* EXERCISE INSTRUCTIONS *
Would you return the lines between the one holding "v6 (-87.945237,0,-33.815563)" and the one holding "A parametric FreeCAD", inclusive, and only those, exactly as they stand in the listing below?

* LISTED RECORDS *
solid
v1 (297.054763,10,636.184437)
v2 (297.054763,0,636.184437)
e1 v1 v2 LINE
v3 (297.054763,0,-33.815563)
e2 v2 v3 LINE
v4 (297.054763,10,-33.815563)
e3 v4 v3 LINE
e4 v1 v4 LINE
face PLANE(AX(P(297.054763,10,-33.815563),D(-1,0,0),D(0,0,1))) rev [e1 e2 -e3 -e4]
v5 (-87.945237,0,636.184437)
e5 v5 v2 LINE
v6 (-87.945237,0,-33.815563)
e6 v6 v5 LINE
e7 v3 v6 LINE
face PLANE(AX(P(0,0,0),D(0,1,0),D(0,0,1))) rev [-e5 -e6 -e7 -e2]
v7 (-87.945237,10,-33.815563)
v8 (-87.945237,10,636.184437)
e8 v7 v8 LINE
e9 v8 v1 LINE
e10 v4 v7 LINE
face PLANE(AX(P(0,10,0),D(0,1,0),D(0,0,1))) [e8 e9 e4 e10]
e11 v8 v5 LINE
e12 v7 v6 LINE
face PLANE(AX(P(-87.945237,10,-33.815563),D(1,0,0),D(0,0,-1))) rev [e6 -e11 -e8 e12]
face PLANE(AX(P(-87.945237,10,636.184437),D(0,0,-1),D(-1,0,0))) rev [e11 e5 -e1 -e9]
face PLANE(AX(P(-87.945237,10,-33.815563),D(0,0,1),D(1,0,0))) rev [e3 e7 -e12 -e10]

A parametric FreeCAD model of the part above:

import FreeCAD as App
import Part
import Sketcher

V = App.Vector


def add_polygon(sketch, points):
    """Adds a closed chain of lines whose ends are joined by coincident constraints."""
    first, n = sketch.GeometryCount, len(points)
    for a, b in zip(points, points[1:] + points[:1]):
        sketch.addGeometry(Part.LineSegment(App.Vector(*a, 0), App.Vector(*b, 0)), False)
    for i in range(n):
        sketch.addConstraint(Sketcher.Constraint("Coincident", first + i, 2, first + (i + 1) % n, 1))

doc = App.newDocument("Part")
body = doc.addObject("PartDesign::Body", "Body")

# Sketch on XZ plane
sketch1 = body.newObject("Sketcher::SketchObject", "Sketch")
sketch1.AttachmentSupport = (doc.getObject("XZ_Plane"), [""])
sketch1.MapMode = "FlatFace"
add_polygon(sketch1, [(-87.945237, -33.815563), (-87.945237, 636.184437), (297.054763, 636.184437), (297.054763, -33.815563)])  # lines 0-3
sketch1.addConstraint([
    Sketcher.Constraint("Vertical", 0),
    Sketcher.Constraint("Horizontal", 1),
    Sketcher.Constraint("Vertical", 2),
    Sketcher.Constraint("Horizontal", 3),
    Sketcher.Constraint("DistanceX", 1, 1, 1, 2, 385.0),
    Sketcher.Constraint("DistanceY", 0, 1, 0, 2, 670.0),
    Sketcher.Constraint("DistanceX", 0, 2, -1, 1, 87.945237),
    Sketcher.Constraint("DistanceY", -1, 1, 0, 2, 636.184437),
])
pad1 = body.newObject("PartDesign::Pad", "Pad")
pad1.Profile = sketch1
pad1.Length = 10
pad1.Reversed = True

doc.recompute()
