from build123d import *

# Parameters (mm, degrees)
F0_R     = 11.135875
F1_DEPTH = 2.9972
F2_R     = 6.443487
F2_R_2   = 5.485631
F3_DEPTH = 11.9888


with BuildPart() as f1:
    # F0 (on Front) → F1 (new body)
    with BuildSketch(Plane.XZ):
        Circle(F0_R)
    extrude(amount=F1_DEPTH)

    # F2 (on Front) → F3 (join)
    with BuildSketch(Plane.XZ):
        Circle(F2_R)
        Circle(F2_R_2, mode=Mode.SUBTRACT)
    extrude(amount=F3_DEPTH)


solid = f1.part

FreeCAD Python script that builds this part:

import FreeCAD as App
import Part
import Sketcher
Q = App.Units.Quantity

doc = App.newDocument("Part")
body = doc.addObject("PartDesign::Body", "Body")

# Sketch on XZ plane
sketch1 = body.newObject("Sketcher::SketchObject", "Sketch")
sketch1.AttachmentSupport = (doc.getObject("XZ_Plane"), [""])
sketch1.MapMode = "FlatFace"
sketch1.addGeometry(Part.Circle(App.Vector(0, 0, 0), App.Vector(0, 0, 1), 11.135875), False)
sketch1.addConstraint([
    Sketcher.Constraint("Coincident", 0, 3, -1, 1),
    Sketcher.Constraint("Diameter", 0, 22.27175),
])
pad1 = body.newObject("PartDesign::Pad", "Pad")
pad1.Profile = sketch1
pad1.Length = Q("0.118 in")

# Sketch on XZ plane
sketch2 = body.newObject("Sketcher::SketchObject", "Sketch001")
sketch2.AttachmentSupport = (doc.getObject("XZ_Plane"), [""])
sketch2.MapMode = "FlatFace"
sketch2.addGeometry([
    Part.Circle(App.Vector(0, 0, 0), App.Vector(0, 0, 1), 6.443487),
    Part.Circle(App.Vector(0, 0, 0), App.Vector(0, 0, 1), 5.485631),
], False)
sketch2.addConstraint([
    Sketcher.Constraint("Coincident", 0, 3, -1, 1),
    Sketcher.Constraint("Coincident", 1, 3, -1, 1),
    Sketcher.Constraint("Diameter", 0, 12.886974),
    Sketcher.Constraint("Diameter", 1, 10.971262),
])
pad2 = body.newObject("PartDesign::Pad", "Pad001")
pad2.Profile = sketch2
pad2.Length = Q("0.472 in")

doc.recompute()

* RESULT FOR THIS TASK *
v6 (-87.945237,0,-33.815563)
e6 v6 v5 LINE
e7 v3 v6 LINE
face PLANE(AX(P(0,0,0),D(0,1,0),D(0,0,1))) rev [-e5 -e6 -e7 -e2]
v7 (-87.945237,10,-33.815563)
v8 (-87.945237,10,636.184437)
e8 v7 v8 LINE
e9 v8 v1 LINE
e10 v4 v7 LINE
face PLANE(AX(P(0,10,0),D(0,1,0),D(0,0,1))) [e8 e9 e4 e10]
e11 v8 v5 LINE
e12 v7 v6 LINE
face PLANE(AX(P(-87.945237,10,-33.815563),D(1,0,0),D(0,0,-1))) rev [e6 -e11 -e8 e12]
face PLANE(AX(P(-87.945237,10,636.184437),D(0,0,-1),D(-1,0,0))) rev [e11 e5 -e1 -e9]
face PLANE(AX(P(-87.945237,10,-33.815563),D(0,0,1),D(1,0,0))) rev [e3 e7 -e12 -e10]

A parametric FreeCAD model of the part above:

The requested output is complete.